January is often a dumping ground where studios drop their less anticipated movies. Every now and then, one of these less heralded films breaks through to become a surprise success story. Last year, Blumhouse achieved breakout success with its doll-centric horror flick, M3GAN. Night Swim is the studio’s attempt to catch lightning in a bottle again with another PG-13 horror/thriller that preys on primal fears. Unfortunately, Night Swim doesn’t make much of a ripple, failing to venture beyond the shallow end in a middling horror film largely void of scares.  

Night Swim attempts to capitalize on the universal fear of drowning, tugging on every parent’s anxiety about unsupervised children by a pool. It’s a promising foundation for a horror flick, but Night Swim is unable to make the most of its concept. The movie was first conceived as a successful short film, and it becomes evident that the filmmakers are laboring to stretch that concentrated dosage of terror into a gripping full-length film.  

The first two thirds of the movie fall into a repetitive cycle: a family member goes into the murky water, sees vague and unexplainable sights, flails around on the verge of drowning, and then emerges from the water unsure about what they just experienced. These episodic scenes unfold in a start-and-stop fashion without establishing any sense of escalating tension from one encounter to the next. Eventually, the movie does begin to reveal a larger scope and find some traction, but it’s too little too late. Despite resulting in some of the better scares, these later revelations feel somewhat disconnected from the previously established narrative.  

Perhaps the biggest issue with Night Swim is that it is just not very frightening. The PG-13 rating means that some of the “shock value” horror tropes are absent. On the positive side, the more restrained and relatively mild horror elements allow the story to be more accessible to audiences outside of the horror genre. I appreciate that the film avoided reducing itself to a desensitizing bloodbath.  

Yet the horror elements the film does offer are not all that scary. Night Swim fails to convey the suffocating anxiety of drowning. The viewer never feels much danger or unease, and the visual horror elements often feel hokey instead of terrifying. I was always keenly aware that I was watching a horror movie play out rather than being pulled into the edge-of-your-seat, breathless action.  

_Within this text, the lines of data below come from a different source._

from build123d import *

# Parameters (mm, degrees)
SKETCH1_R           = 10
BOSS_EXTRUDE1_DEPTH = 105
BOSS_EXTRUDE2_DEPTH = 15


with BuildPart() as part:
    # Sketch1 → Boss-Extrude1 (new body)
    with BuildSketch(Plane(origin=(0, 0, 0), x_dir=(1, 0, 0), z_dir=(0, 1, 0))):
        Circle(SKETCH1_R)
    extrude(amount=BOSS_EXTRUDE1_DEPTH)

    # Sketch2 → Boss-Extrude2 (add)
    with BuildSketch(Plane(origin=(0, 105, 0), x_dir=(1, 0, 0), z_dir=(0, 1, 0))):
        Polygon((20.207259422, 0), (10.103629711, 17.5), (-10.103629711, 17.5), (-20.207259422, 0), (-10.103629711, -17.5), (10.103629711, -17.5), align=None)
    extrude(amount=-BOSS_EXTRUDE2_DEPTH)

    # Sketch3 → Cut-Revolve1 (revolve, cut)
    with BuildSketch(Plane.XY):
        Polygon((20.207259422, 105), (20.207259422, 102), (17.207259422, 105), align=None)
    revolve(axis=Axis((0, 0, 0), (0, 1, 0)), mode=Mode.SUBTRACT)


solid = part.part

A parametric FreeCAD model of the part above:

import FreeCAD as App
import Part
import Sketcher

V = App.Vector
Q = App.Units.Quantity

doc = App.newDocument("Part")
body = doc.addObject("PartDesign::Body", "Body")

# Sketch on XZ plane
sketch1 = body.newObject("Sketcher::SketchObject", "Sketch")
sketch1.AttachmentSupport = (doc.getObject("XZ_Plane"), [""])
sketch1.MapMode = "FlatFace"
sketch1.addGeometry(Part.Circle(V(0, 0, 0), V(0, 0, 1), 10), False)
sketch1.addConstraint([
    Sketcher.Constraint("Coincident", 0, 3, -1, 1),
    Sketcher.Constraint("Diameter", 0, 20.0),
])
pad1 = body.newObject("PartDesign::Pad", "Pad")
pad1.Profile = sketch1
pad1.Length = 105
pad1.Reversed = True

# Sketch on XZ plane
sketch2 = body.newObject("Sketcher::SketchObject", "Sketch001")
sketch2.AttachmentSupport = (doc.getObject("XZ_Plane"), [""])
sketch2.MapMode = "FlatFace"
sketch2.AttachmentOffset = App.Placement(V(0, 0, -105), App.Rotation())
sketch2.addGeometry([
    Part.LineSegment(V(20, 0, 0), V(10, -18, 0)),  # 0
    Part.LineSegment(V(10, -18, 0), V(-10, -18, 0)),  # 1
    Part.LineSegment(V(-10, -18, 0), V(-20, 0, 0)),  # 2
    Part.LineSegment(V(-20, 0, 0), V(-10, 18, 0)),  # 3
    Part.LineSegment(V(-10, 18, 0), V(10, 18, 0)),  # 4
    Part.LineSegment(V(10, 18, 0), V(20, 0, 0)),  # 5
], False)
sketch2.addConstraint([
    Sketcher.Constraint("Coincident", 0, 2, 1, 1),
    Sketcher.Constraint("Coincident", 1, 2, 2, 1),
    Sketcher.Constraint("Coincident", 2, 2, 3, 1),
    Sketcher.Constraint("Coincident", 3, 2, 4, 1),
    Sketcher.Constraint("Coincident", 4, 2, 5, 1),
    Sketcher.Constraint("Coincident", 5, 2, 0, 1),
    Sketcher.Constraint("Horizontal", 1),
    Sketcher.Constraint("Horizontal", 4),
    Sketcher.Constraint("Symmetric", 0, 2, 3, 2, -1, 1),
    Sketcher.Constraint("Symmetric", 2, 2, 5, 2, -1, 1),
    Sketcher.Constraint("PointOnObject", 2, 2, -1),
    Sketcher.Constraint("Parallel", 2, 5),
    Sketcher.Constraint("Vertical", 1, 2, 3, 2),
    Sketcher.Constraint("Angle", 0, Q("-120 deg")),
    Sketcher.Constraint("DistanceY", 1, 2, 3, 2, 35.0),
    Sketcher.Constraint("DistanceX", 1, 2, 1, 1, 20.207259),
])
pad2 = body.newObject("PartDesign::Pad", "Pad001")
pad2.Profile = sketch2
pad2.Length = 15

# Sketch on XY plane
sketch3 = body.newObject("Sketcher::SketchObject", "Sketch002")
sketch3.AttachmentSupport = (doc.getObject("XY_Plane"), [""])
sketch3.MapMode = "FlatFace"
sketch3.addGeometry([
    Part.LineSegment(V(20.2, 102, 0), V(20.2, 105, 0)),
    Part.LineSegment(V(20.2, 105, 0), V(17.2, 105, 0)),
    Part.LineSegment(V(17.2, 105, 0), V(20.2, 102, 0)),
], False)
sketch3.addConstraint([
    Sketcher.Constraint("Coincident", 0, 2, 1, 1),
    Sketcher.Constraint("Coincident", 1, 2, 2, 1),
    Sketcher.Constraint("Coincident", 2, 2, 0, 1),
    Sketcher.Constraint("Vertical", 0),
    Sketcher.Constraint("Horizontal", 1),
    Sketcher.Constraint("Equal", 1, 0),
    Sketcher.Constraint("DistanceX", 1, 2, 1, 1, 3.0),
    Sketcher.Constraint("DistanceY", -1, 1, 0, 2, 105.0),
    Sketcher.Constraint("DistanceX", -1, 1, 0, 2, 20.207259),
])
groove = body.newObject("PartDesign::Groove", "Groove")
groove.Profile = sketch3
groove.ReferenceAxis = (sketch3, ["V_Axis"])
groove.Angle = 360

doc.recompute()
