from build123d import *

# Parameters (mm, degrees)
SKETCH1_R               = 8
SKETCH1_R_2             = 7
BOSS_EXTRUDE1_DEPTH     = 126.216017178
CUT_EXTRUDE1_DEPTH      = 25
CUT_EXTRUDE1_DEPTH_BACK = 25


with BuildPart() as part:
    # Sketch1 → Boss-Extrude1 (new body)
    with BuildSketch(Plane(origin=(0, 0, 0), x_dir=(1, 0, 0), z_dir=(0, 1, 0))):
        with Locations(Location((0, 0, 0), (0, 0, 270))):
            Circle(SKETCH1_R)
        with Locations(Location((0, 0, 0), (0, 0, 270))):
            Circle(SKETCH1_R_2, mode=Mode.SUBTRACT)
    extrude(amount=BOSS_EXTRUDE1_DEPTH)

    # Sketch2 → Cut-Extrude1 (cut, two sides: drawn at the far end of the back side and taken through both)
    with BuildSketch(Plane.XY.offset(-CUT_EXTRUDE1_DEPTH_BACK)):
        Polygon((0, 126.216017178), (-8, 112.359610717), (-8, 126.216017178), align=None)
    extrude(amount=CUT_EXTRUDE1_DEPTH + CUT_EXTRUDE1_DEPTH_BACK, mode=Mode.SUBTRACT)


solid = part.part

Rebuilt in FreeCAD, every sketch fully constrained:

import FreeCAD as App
import Part
import Sketcher
Q = App.Units.Quantity

doc = App.newDocument("Part")
body = doc.addObject("PartDesign::Body", "Body")

sketch1 = body.newObject("Sketcher::SketchObject", "Sketch")
sketch1.AttachmentSupport = (doc.getObject("XZ_Plane"), [""])
sketch1.MapMode = "FlatFace"
sketch1.addGeometry([
    Part.Circle(App.Vector(0, 0, 0), App.Vector(0, 0, 1), 8),
    Part.Circle(App.Vector(0, 0, 0), App.Vector(0, 0, 1), 7),
], False)
sketch1.addConstraint([
    Sketcher.Constraint("Coincident", 0, 3, -1, 1),
    Sketcher.Constraint("Coincident", 1, 3, -1, 1),
    Sketcher.Constraint("Diameter", 0, Q("16 mm")),
    Sketcher.Constraint("Diameter", 1, Q("14 mm")),
])
pad1 = body.newObject("PartDesign::Pad", "Pad")
pad1.Profile = sketch1
pad1.Length = 126.216017
pad1.Reversed = True

sketch2 = body.newObject("Sketcher::SketchObject", "Sketch001")
sketch2.AttachmentSupport = (doc.getObject("XY_Plane"), [""])
sketch2.MapMode = "FlatFace"
sketch2.addGeometry([
    Part.LineSegment(App.Vector(-8, 112, 0), App.Vector(0, 126, 0)),
    Part.LineSegment(App.Vector(0, 126, 0), App.Vector(-8, 126, 0)),
    Part.LineSegment(App.Vector(-8, 126, 0), App.Vector(-8, 112, 0)),
], False)
sketch2.addConstraint([
    Sketcher.Constraint("Coincident", 0, 2, 1, 1),
    Sketcher.Constraint("Coincident", 1, 2, 2, 1),
    Sketcher.Constraint("Coincident", 2, 2, 0, 1),
    Sketcher.Constraint("Horizontal", 1),
    Sketcher.Constraint("Vertical", 2),
    Sketcher.Constraint("PointOnObject", 0, 2, -2),
    Sketcher.Constraint("DistanceX", 1, 2, 1, 1, Q("8 mm")),
    Sketcher.Constraint("Angle", 0, Q("60 deg")),
    Sketcher.Constraint("DistanceY", -1, 1, 2, 2, Q("112.359611 mm")),
])
pocket1 = body.newObject("PartDesign::Pocket", "Pocket")
pocket1.Profile = sketch2
pocket1.Type = "ThroughAll"
pocket1.Midplane = True

doc.recompute()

The film arguably works better as a family drama than as a horror movie. Unlike some horror stories, the film doesn’t introduce paper-thin characters as mere fodder for the carnage. Instead, it centers on the experiences of a single family. The characters are well-developed and believable as an imperfect but loving family. I cared about each of them, even if I didn’t always find the unfolding drama compelling. 

Despite an intriguing premise and the promising potential to tug upon some deep and universal human fears, Night Swim’s waters are too tranquil and stretched too thin to make an impact. It’s not an awful movie, but it’s not scary or clever enough to elevate itself beyond a stereotypical “first week in January” film. 

On the Surface

For Consideration

Beneath The Surface

Engage The Film

“Love Requires Sacrifice”   

Ray is a former professional baseball player whose career has been cut short due to multiple sclerosis. As he attempts to establish a new life for himself, he struggles to let go of the past. As his condition worsens, his doctor encourages him that he and his family can build an exciting new life together. On multiple occasions, a character states that “love requires sacrifice.”  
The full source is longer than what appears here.